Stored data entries
***
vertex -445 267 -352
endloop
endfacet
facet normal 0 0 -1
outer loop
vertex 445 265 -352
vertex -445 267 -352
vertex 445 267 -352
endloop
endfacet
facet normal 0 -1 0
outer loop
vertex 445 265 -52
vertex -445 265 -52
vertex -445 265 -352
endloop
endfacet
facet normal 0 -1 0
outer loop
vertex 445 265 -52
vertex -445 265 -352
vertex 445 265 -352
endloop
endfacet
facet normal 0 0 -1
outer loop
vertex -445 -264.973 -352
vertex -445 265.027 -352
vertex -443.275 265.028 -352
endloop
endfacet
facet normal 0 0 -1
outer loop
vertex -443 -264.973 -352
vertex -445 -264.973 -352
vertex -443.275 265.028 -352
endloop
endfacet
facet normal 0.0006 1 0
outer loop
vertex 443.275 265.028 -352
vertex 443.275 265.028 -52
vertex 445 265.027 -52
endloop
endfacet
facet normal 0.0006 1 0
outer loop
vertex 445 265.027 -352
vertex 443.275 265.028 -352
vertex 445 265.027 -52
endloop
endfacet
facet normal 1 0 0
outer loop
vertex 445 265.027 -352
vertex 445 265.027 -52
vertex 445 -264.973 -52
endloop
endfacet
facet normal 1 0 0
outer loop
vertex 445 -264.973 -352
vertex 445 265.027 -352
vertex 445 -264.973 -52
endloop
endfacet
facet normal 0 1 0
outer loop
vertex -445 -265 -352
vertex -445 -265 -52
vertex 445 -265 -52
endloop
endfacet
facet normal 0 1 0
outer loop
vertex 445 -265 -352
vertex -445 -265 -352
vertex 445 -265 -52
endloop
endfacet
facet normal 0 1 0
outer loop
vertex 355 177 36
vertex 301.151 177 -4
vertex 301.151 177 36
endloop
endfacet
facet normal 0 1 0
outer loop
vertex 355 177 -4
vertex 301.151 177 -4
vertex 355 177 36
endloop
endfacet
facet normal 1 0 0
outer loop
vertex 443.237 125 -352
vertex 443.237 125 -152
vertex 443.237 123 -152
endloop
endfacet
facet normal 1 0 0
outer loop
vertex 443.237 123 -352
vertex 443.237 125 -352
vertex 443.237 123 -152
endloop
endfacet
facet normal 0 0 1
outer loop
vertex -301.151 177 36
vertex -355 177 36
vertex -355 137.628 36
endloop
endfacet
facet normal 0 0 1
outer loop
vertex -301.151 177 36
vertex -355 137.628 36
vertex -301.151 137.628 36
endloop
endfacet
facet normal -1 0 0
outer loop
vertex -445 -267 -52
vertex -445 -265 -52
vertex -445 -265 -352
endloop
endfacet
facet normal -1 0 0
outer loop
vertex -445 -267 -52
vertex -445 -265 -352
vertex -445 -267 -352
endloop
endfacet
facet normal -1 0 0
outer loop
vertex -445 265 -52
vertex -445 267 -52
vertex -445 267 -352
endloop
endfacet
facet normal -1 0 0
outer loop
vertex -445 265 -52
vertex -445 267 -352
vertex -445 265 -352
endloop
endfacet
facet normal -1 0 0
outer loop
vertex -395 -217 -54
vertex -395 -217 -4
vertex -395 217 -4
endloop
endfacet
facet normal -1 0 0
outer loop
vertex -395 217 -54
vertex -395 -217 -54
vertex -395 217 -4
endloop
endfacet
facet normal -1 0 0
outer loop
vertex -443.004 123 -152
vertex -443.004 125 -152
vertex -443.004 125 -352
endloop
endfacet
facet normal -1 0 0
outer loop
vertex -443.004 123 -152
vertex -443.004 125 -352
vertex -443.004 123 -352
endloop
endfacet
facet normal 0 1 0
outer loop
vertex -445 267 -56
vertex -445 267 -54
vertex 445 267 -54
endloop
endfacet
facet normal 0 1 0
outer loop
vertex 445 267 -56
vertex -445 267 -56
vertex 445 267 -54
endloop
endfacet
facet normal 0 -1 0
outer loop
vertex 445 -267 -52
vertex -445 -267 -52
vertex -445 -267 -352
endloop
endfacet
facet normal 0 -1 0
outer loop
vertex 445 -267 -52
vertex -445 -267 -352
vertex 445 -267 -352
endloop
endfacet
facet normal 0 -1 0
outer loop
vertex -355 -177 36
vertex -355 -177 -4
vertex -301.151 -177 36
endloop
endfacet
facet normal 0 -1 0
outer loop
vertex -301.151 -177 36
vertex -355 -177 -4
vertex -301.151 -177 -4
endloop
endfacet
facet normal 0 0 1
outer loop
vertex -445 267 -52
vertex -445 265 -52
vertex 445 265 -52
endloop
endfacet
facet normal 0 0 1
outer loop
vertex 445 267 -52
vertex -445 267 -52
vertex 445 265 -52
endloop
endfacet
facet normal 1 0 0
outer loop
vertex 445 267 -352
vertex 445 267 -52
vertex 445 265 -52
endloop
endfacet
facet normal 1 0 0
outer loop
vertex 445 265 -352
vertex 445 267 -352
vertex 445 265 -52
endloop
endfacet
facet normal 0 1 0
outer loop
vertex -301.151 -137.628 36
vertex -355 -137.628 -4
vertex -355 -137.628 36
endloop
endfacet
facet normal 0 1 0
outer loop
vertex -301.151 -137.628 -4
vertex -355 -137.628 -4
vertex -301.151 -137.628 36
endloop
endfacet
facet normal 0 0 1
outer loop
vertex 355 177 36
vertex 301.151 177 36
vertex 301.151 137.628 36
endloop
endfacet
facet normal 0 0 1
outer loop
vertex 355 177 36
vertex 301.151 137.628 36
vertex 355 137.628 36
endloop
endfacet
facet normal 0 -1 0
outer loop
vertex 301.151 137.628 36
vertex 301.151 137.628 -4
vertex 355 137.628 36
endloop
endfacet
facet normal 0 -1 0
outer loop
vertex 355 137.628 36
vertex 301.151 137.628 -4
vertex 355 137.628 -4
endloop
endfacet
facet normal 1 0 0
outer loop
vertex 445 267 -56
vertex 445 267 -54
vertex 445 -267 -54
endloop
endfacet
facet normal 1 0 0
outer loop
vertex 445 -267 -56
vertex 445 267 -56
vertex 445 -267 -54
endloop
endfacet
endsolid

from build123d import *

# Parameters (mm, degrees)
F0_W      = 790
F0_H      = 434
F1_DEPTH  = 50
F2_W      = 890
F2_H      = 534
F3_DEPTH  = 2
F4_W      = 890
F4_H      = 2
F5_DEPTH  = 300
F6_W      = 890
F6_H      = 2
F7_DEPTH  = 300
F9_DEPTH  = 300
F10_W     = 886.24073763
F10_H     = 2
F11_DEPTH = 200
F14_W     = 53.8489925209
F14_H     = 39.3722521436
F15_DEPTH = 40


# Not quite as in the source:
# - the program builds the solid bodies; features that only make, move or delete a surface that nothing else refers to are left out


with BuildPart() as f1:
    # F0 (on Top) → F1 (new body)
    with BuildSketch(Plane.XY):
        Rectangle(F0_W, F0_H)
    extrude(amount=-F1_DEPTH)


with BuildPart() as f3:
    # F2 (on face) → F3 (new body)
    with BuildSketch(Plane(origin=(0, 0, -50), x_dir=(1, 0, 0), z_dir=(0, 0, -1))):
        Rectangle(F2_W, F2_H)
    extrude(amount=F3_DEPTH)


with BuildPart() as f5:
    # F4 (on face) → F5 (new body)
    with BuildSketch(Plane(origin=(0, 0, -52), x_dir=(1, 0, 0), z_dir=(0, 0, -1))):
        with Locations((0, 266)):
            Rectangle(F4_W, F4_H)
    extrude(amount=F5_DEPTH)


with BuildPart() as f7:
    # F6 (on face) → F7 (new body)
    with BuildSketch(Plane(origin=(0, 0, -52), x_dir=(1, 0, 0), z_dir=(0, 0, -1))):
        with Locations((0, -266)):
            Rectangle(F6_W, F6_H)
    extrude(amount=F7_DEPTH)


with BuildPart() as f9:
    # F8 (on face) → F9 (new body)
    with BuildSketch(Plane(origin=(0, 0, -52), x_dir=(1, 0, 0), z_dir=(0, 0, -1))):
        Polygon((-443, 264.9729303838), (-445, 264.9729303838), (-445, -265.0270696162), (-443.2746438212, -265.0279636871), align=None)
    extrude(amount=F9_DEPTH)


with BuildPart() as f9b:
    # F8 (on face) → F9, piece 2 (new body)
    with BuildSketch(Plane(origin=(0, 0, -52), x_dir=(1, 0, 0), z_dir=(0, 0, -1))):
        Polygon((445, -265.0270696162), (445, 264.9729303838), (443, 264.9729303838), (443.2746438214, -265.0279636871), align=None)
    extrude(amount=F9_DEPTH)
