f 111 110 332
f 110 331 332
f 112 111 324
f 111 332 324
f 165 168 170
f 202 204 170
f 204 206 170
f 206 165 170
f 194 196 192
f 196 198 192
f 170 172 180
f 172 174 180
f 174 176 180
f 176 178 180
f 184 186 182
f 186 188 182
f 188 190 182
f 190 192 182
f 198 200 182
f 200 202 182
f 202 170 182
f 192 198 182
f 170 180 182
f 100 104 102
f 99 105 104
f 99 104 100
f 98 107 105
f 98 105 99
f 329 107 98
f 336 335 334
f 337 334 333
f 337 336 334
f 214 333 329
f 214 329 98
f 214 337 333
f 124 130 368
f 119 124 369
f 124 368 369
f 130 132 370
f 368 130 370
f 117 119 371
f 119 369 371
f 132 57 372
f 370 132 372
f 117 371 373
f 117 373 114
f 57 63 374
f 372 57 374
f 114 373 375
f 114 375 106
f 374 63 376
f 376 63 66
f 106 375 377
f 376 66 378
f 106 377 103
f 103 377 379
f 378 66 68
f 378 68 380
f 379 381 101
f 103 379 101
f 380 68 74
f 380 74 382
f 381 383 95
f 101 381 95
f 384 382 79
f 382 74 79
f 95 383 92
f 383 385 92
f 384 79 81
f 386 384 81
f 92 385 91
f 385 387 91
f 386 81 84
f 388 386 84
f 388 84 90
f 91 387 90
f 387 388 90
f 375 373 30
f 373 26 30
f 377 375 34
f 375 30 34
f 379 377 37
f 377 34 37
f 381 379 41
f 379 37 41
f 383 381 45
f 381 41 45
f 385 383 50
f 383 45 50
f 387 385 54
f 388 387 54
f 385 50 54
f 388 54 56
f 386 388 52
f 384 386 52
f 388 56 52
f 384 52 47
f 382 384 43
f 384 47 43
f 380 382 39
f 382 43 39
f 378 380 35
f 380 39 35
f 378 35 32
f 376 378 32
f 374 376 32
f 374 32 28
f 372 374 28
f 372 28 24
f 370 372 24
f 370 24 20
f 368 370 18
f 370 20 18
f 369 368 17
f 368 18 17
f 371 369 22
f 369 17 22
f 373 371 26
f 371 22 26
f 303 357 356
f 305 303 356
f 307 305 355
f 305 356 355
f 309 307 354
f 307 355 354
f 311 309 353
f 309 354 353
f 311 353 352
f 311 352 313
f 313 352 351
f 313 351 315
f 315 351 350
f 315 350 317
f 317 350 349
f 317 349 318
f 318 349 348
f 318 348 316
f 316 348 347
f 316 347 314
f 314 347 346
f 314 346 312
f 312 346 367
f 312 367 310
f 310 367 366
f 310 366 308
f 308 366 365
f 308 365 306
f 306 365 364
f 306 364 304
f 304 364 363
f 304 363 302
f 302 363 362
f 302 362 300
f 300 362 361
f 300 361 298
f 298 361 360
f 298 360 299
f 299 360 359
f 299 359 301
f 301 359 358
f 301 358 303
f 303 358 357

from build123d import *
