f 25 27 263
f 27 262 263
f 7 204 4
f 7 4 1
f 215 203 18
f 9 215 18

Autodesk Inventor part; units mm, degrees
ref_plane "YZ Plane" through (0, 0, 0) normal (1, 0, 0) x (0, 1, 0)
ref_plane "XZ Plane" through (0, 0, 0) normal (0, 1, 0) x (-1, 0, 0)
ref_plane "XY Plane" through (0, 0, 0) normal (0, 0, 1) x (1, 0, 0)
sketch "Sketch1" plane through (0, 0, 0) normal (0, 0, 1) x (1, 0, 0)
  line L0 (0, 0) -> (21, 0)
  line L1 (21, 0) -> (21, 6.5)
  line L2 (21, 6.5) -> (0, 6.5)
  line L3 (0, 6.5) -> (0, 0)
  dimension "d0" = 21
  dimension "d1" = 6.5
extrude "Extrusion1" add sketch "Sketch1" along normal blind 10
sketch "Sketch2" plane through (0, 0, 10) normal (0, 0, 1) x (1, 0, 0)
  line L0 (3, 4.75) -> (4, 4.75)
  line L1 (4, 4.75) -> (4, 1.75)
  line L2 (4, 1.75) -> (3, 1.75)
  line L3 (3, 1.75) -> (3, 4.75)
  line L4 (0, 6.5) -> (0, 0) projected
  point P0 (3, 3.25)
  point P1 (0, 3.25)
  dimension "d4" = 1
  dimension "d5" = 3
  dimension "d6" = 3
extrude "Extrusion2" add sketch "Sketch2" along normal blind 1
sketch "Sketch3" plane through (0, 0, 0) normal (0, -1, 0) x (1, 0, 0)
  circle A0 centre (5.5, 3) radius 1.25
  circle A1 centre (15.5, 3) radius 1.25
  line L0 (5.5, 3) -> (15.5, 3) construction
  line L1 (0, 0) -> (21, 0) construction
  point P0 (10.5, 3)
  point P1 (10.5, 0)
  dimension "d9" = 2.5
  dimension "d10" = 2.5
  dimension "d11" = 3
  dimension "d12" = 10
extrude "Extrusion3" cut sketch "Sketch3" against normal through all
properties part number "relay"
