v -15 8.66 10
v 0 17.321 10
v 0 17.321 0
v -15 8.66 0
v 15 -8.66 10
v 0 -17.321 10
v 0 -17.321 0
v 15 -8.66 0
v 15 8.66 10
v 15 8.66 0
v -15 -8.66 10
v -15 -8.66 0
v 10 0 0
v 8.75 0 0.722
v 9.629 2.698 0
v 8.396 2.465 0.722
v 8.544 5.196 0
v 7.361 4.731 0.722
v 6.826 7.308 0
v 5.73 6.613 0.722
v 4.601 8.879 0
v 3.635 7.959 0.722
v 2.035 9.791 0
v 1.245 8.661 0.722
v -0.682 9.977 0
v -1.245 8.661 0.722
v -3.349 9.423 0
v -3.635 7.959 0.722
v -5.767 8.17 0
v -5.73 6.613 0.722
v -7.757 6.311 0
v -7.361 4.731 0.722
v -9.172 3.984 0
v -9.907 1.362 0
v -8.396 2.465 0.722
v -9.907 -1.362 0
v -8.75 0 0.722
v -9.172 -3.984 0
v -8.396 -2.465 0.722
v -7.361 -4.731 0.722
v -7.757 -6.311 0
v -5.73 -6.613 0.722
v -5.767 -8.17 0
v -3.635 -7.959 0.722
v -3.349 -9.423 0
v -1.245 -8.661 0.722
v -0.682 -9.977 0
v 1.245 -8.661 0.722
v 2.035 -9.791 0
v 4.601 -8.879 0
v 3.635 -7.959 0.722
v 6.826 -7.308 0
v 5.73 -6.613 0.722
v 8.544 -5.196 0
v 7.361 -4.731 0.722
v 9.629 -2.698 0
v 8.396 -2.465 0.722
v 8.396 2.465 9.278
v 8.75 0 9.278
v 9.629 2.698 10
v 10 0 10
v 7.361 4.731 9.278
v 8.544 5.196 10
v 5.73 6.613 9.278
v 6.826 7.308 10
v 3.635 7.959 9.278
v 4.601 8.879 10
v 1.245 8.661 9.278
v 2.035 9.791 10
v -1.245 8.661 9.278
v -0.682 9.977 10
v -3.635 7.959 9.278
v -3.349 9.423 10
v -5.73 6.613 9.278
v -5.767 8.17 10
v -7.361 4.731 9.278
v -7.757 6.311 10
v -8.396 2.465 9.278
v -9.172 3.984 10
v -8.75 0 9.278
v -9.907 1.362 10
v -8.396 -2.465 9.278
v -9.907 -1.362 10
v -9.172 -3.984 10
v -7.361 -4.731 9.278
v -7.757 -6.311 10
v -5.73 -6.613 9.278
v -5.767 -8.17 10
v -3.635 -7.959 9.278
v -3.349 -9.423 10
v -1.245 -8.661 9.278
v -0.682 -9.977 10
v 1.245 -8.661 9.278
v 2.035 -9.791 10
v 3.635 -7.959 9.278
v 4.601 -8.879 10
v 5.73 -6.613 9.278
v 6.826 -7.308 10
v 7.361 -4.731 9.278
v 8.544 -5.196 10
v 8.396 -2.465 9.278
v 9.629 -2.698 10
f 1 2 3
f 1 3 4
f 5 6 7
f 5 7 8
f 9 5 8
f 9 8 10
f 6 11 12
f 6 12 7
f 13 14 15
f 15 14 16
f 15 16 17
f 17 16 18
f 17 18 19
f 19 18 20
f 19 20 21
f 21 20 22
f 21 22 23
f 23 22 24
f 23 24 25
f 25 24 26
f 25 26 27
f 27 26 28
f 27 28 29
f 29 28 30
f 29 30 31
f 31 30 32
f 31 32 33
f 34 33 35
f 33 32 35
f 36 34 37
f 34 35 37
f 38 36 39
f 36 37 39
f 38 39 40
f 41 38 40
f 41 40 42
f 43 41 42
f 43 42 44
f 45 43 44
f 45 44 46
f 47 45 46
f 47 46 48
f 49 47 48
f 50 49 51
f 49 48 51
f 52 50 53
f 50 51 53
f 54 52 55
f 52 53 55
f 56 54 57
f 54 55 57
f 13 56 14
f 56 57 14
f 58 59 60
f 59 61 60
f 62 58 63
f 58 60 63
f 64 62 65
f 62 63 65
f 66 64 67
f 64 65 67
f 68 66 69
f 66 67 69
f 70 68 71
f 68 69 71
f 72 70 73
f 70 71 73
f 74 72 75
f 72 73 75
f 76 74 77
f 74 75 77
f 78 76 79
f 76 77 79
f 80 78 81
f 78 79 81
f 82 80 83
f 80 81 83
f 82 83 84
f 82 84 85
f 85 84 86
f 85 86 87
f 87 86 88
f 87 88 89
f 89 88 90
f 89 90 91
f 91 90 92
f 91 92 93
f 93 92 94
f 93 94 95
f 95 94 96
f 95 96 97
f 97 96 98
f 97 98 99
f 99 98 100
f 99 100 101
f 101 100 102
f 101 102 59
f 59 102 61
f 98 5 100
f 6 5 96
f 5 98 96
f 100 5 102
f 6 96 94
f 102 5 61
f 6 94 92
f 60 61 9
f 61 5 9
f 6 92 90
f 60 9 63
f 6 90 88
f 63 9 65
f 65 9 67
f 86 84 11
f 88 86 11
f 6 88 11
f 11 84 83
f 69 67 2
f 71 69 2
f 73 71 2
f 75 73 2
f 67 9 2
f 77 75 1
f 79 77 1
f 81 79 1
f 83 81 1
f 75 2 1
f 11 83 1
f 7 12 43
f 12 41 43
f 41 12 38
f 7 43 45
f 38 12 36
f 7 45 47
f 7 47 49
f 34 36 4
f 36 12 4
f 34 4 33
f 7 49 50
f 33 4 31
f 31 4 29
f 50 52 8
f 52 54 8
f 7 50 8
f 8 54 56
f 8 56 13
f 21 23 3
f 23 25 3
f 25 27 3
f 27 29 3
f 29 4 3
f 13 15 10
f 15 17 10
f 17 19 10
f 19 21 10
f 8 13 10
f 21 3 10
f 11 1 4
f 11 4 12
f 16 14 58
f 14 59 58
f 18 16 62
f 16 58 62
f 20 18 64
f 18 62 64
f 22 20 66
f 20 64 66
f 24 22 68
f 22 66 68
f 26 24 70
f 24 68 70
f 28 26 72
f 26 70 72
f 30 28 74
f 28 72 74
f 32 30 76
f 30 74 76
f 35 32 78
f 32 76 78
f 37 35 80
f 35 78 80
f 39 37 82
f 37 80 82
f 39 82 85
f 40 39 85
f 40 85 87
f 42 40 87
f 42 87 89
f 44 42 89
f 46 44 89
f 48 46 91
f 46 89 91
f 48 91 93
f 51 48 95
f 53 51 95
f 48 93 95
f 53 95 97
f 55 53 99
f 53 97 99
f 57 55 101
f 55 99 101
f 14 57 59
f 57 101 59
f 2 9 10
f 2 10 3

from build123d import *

# Parameters (mm, degrees)
SKETCH001_R  = 18
POCKET_DEPTH = 10


with BuildPart() as part:
    # Sketch → Revolution (revolve)
    with BuildSketch(Plane.XZ):
        Polygon((10, 0), (8.75, 0.721688), (8.75, 9.278312), (10, 10), (18, 10), (18, 0), align=None)
    revolve(axis=Axis((0, 0, 0), (0, 0, 1)))

    # Sketch001 → Pocket (cut)
    with BuildSketch(Plane(origin=(0, 0, 10), x_dir=(-1, 0, 0), z_dir=(0, 0, 1))):
        Circle(SKETCH001_R)
        Polygon((-15, 8.660254), (-15, -8.660254), (0, -17.320508), (15, -8.660254), (15, 8.660254), (0, 17.320508), align=None, mode=Mode.SUBTRACT)
    extrude(amount=-POCKET_DEPTH, mode=Mode.SUBTRACT)


solid = part.part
***
Copy from the entries above each line in which the string "blind" can be found.

extrude "Extrusion1" add sketch "Sketch1" along normal blind 10
extrude "Extrusion2" add sketch "Sketch2" along normal blind 1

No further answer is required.